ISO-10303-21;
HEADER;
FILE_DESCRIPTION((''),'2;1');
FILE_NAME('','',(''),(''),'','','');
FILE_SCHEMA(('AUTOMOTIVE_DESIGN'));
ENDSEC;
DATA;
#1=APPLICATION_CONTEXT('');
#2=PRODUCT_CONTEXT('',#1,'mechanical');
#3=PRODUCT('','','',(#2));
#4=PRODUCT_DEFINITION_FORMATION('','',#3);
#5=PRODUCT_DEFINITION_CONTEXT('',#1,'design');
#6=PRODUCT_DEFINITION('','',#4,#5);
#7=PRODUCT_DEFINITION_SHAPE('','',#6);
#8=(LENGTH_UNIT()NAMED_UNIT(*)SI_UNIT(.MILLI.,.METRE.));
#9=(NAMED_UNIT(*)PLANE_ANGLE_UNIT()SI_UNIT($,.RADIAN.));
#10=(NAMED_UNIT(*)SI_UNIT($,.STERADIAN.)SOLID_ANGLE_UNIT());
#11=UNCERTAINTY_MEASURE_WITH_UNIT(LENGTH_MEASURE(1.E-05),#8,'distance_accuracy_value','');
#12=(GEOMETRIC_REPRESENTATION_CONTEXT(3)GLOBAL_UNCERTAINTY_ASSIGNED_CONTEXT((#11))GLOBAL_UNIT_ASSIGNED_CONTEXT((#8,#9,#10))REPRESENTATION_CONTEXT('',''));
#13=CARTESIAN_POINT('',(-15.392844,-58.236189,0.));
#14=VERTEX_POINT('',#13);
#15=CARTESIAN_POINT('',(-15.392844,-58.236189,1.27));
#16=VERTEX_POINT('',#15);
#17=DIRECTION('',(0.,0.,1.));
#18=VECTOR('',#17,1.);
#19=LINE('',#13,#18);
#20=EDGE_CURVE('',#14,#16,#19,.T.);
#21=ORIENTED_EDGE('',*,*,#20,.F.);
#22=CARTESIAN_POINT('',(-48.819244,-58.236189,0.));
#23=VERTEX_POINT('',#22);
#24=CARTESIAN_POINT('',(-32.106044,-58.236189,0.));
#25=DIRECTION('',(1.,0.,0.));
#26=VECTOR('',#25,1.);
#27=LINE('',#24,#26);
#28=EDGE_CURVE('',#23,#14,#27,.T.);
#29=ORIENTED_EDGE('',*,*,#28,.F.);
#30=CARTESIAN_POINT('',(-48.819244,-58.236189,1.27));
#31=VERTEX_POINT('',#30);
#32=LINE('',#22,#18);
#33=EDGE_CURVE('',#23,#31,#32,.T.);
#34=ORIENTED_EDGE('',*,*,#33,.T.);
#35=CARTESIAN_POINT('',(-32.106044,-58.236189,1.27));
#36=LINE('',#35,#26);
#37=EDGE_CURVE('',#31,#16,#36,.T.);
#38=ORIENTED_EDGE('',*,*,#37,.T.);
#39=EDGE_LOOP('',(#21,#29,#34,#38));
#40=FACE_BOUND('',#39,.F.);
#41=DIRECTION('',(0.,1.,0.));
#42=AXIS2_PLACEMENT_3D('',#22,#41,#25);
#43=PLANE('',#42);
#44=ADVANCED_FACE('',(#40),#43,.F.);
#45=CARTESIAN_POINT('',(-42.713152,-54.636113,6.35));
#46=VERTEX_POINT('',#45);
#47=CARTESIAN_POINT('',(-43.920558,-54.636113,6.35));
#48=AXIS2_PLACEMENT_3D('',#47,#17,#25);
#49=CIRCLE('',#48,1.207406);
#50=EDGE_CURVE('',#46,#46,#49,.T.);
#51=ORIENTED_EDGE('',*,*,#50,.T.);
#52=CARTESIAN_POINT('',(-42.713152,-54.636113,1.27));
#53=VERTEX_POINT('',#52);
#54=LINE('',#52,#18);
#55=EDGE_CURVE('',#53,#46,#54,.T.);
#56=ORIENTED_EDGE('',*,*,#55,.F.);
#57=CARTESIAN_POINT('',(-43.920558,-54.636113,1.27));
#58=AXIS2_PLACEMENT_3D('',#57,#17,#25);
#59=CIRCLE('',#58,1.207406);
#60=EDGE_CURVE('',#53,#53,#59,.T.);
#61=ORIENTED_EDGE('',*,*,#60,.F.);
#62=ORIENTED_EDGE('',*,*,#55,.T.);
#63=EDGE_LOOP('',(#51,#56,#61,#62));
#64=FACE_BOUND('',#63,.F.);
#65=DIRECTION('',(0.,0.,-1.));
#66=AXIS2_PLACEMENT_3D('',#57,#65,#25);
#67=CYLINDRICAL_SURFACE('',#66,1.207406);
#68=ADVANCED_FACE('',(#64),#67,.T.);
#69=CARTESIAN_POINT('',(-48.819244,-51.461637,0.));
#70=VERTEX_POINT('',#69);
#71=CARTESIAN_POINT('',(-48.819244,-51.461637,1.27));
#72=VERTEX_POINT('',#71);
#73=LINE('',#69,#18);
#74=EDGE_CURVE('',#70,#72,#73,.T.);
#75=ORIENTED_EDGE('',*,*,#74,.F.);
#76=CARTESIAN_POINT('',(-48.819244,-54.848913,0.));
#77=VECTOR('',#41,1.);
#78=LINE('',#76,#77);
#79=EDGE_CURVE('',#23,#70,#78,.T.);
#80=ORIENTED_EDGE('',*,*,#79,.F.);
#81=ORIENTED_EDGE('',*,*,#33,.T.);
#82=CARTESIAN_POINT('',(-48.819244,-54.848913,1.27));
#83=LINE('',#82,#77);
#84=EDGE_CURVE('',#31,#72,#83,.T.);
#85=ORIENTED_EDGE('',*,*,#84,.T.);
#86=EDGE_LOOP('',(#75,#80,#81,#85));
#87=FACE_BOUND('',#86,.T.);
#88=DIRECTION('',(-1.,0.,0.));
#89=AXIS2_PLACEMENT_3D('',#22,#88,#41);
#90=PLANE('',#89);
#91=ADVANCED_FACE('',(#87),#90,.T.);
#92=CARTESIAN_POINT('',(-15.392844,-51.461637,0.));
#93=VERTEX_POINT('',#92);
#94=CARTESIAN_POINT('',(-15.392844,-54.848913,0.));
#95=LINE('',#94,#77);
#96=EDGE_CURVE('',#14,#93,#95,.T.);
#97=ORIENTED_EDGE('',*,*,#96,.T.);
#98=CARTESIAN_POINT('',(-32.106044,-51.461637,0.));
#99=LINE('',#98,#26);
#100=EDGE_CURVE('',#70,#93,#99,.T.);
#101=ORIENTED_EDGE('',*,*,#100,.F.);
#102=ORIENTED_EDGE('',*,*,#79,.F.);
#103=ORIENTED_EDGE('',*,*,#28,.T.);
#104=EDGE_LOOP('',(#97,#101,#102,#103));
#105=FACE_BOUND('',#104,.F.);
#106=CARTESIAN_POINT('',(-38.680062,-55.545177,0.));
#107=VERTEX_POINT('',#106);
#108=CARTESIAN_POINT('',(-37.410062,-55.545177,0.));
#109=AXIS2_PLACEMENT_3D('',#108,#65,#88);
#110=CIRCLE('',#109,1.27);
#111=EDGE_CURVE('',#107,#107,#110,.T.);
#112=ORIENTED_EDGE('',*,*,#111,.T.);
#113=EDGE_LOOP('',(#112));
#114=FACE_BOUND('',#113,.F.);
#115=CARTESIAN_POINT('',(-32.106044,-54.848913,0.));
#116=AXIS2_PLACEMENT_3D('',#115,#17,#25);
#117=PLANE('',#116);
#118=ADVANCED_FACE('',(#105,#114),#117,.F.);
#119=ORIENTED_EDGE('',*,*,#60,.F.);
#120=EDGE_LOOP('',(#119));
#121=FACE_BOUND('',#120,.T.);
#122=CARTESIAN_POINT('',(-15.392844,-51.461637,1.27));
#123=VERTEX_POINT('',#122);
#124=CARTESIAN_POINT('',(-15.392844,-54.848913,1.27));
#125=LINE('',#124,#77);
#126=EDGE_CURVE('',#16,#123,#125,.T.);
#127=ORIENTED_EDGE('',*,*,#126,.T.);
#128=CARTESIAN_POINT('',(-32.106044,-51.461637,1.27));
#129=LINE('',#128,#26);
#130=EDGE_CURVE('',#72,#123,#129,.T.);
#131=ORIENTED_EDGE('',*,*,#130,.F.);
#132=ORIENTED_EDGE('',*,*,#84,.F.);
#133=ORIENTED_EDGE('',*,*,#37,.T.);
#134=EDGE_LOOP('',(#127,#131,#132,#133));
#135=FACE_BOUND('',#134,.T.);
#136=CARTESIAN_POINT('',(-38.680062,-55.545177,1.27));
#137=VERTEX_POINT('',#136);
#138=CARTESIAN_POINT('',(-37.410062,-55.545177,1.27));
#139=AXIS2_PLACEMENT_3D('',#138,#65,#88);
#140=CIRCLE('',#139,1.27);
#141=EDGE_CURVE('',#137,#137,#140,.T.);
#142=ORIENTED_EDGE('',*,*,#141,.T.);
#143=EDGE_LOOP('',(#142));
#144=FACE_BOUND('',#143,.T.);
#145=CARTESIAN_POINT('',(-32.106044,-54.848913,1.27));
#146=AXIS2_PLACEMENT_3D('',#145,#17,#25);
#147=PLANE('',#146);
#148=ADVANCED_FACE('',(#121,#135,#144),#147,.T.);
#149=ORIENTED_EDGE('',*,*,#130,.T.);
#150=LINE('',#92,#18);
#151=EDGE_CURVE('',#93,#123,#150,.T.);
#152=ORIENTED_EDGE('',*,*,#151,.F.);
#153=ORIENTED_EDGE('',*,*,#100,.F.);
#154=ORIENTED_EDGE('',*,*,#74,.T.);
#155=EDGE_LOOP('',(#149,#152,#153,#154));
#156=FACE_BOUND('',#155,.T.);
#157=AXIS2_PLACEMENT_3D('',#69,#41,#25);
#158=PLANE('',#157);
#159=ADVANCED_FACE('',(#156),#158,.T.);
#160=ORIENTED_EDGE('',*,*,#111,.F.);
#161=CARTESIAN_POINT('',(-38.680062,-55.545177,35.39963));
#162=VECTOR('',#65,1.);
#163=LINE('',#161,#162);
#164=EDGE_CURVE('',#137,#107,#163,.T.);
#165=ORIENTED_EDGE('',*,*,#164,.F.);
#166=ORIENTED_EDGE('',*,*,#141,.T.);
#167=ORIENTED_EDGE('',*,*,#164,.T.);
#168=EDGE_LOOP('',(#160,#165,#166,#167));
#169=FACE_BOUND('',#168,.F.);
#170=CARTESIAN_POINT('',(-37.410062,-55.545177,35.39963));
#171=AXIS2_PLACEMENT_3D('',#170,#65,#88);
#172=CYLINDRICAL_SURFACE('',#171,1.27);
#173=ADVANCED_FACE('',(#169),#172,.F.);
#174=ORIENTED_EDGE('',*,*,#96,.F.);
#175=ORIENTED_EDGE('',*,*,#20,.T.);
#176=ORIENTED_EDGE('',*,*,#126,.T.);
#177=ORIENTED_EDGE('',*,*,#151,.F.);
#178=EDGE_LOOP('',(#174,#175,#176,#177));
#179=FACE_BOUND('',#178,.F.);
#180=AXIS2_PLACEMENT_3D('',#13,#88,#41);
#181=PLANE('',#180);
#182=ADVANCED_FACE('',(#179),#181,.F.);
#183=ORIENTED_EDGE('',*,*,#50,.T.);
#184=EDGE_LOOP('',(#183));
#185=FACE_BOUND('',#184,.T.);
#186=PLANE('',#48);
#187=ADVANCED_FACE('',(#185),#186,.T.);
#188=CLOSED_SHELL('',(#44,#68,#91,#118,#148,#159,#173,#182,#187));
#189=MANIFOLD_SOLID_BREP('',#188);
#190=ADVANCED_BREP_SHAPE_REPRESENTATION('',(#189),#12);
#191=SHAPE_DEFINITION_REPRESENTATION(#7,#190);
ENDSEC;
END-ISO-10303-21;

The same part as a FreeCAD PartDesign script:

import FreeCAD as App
import Part
import Sketcher
Q = App.Units.Quantity

doc = App.newDocument("Part")
body = doc.addObject("PartDesign::Body", "Body")

# Sketch on XY plane
sketch1 = body.newObject("Sketcher::SketchObject", "Sketch")
sketch1.AttachmentSupport = (doc.getObject("XY_Plane"), [""])
sketch1.MapMode = "FlatFace"
sketch1.addGeometry(Part.LineSegment(App.Vector(-49, -51, 0), App.Vector(-49, -58, 0)), False)
sketch1.addGeometry(Part.LineSegment(App.Vector(-49, -58, 0), App.Vector(-15, -58, 0)), False)
sketch1.addGeometry(Part.LineSegment(App.Vector(-15, -58, 0), App.Vector(-15, -51, 0)), False)
sketch1.addGeometry(Part.LineSegment(App.Vector(-15, -51, 0), App.Vector(-49, -51, 0)), False)
sketch1.addConstraint(Sketcher.Constraint("Coincident", 0, 2, 1, 1))
sketch1.addConstraint(Sketcher.Constraint("Coincident", 1, 2, 2, 1))
sketch1.addConstraint(Sketcher.Constraint("Coincident", 2, 2, 3, 1))
sketch1.addConstraint(Sketcher.Constraint("Coincident", 3, 2, 0, 1))
sketch1.addConstraint(Sketcher.Constraint("Vertical", 0))
sketch1.addConstraint(Sketcher.Constraint("Horizontal", 1))
sketch1.addConstraint(Sketcher.Constraint("Vertical", 2))
sketch1.addConstraint(Sketcher.Constraint("Horizontal", 3))
sketch1.addConstraint(Sketcher.Constraint("DistanceX", 1, 1, 1, 2, Q("1.316 in")))
sketch1.addConstraint(Sketcher.Constraint("DistanceY", 0, 2, 0, 1, Q("6.774552 mm")))
sketch1.addConstraint(Sketcher.Constraint("DistanceY", 0, 2, -1, 1, Q("58.236189 mm")))
sketch1.addConstraint(Sketcher.Constraint("DistanceX", 0, 2, -1, 1, Q("48.819244 mm")))
pad1 = body.newObject("PartDesign::Pad", "Pad")
pad1.Profile = sketch1
pad1.Length = Q("0.05 in")

# Sketch on XY plane
sketch2 = body.newObject("Sketcher::SketchObject", "Sketch001")
sketch2.AttachmentSupport = (doc.getObject("XY_Plane"), [""])
sketch2.MapMode = "FlatFace"
sketch2.AttachmentOffset = App.Placement(App.Vector(0, 0, 0.05 * 25.4), App.Rotation())
sketch2.addGeometry(Part.Circle(App.Vector(-37.4, -55.5, 0), App.Vector(0, 0, 1), 1.3), False)
sketch2.addConstraint(Sketcher.Constraint("Diameter", 0, Q("0.1 in")))
sketch2.addConstraint(Sketcher.Constraint("DistanceX", 0, 3, -1, 1, Q("37.410062 mm")))
sketch2.addConstraint(Sketcher.Constraint("DistanceY", 0, 3, -1, 1, Q("55.545177 mm")))
doc.recompute()
hole = body.newObject("PartDesign::Hole", "Hole")
hole.Profile = sketch2
hole.ThreadType = "None"
hole.Diameter = Q("0.1 in")
hole.DepthType = "ThroughAll"

# Sketch on XY plane
sketch3 = body.newObject("Sketcher::SketchObject", "Sketch002")
sketch3.AttachmentSupport = (doc.getObject("XY_Plane"), [""])
sketch3.MapMode = "FlatFace"
sketch3.AttachmentOffset = App.Placement(App.Vector(0, 0, 0.05 * 25.4), App.Rotation())
sketch3.addGeometry(Part.Circle(App.Vector(-43.9, -54.6, 0), App.Vector(0, 0, 1), 1.2), False)
sketch3.addConstraint(Sketcher.Constraint("Diameter", 0, Q("2.414812 mm")))
sketch3.addConstraint(Sketcher.Constraint("DistanceX", 0, 3, -1, 1, Q("43.920558 mm")))
sketch3.addConstraint(Sketcher.Constraint("DistanceY", 0, 3, -1, 1, Q("54.636113 mm")))
pad2 = body.newObject("PartDesign::Pad", "Pad001")
pad2.Profile = sketch3
pad2.Length = Q("0.2 in")
body2 = doc.addObject("PartDesign::Body", "Body001")

# Sketch on XY plane
sketch4 = body2.newObject("Sketcher::SketchObject", "Sketch003")
sketch4.AttachmentSupport = (doc.getObject("XY_Plane001"), [""])
sketch4.MapMode = "FlatFace"
sketch4.AttachmentOffset = App.Placement(App.Vector(0, 0, 0.05 * 25.4), App.Rotation())
sketch4.addGeometry(Part.Circle(App.Vector(-37.4, -55.5, 0), App.Vector(0, 0, 1), 1.1), False)
sketch4.addConstraint(Sketcher.Constraint("Diameter", 0, Q("2.233164 mm")))
sketch4.addConstraint(Sketcher.Constraint("DistanceX", 0, 3, -1, 1, Q("37.410062 mm")))
sketch4.addConstraint(Sketcher.Constraint("DistanceY", 0, 3, -1, 1, Q("55.545177 mm")))
pad3 = body2.newObject("PartDesign::Pad", "Pad002")
pad3.Profile = sketch4
pad3.Length = Q("0.227 in")
body2.Visibility = False

doc.recompute()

Work instruction >>
Copy out the range of lines above starting at the line with "#105=FACE_BOUND('',#104,.F.);" and ending at the line with "#123=VERTEX_POINT('',#122);", exactly and including both.

Task result >>
#105=FACE_BOUND('',#104,.F.);
#106=CARTESIAN_POINT('',(-38.680062,-55.545177,0.));
#107=VERTEX_POINT('',#106);
#108=CARTESIAN_POINT('',(-37.410062,-55.545177,0.));
#109=AXIS2_PLACEMENT_3D('',#108,#65,#88);
#110=CIRCLE('',#109,1.27);
#111=EDGE_CURVE('',#107,#107,#110,.T.);
#112=ORIENTED_EDGE('',*,*,#111,.T.);
#113=EDGE_LOOP('',(#112));
#114=FACE_BOUND('',#113,.F.);
#115=CARTESIAN_POINT('',(-32.106044,-54.848913,0.));
#116=AXIS2_PLACEMENT_3D('',#115,#17,#25);
#117=PLANE('',#116);
#118=ADVANCED_FACE('',(#105,#114),#117,.F.);
#119=ORIENTED_EDGE('',*,*,#60,.F.);
#120=EDGE_LOOP('',(#119));
#121=FACE_BOUND('',#120,.T.);
#122=CARTESIAN_POINT('',(-15.392844,-51.461637,1.27));
#123=VERTEX_POINT('',#122);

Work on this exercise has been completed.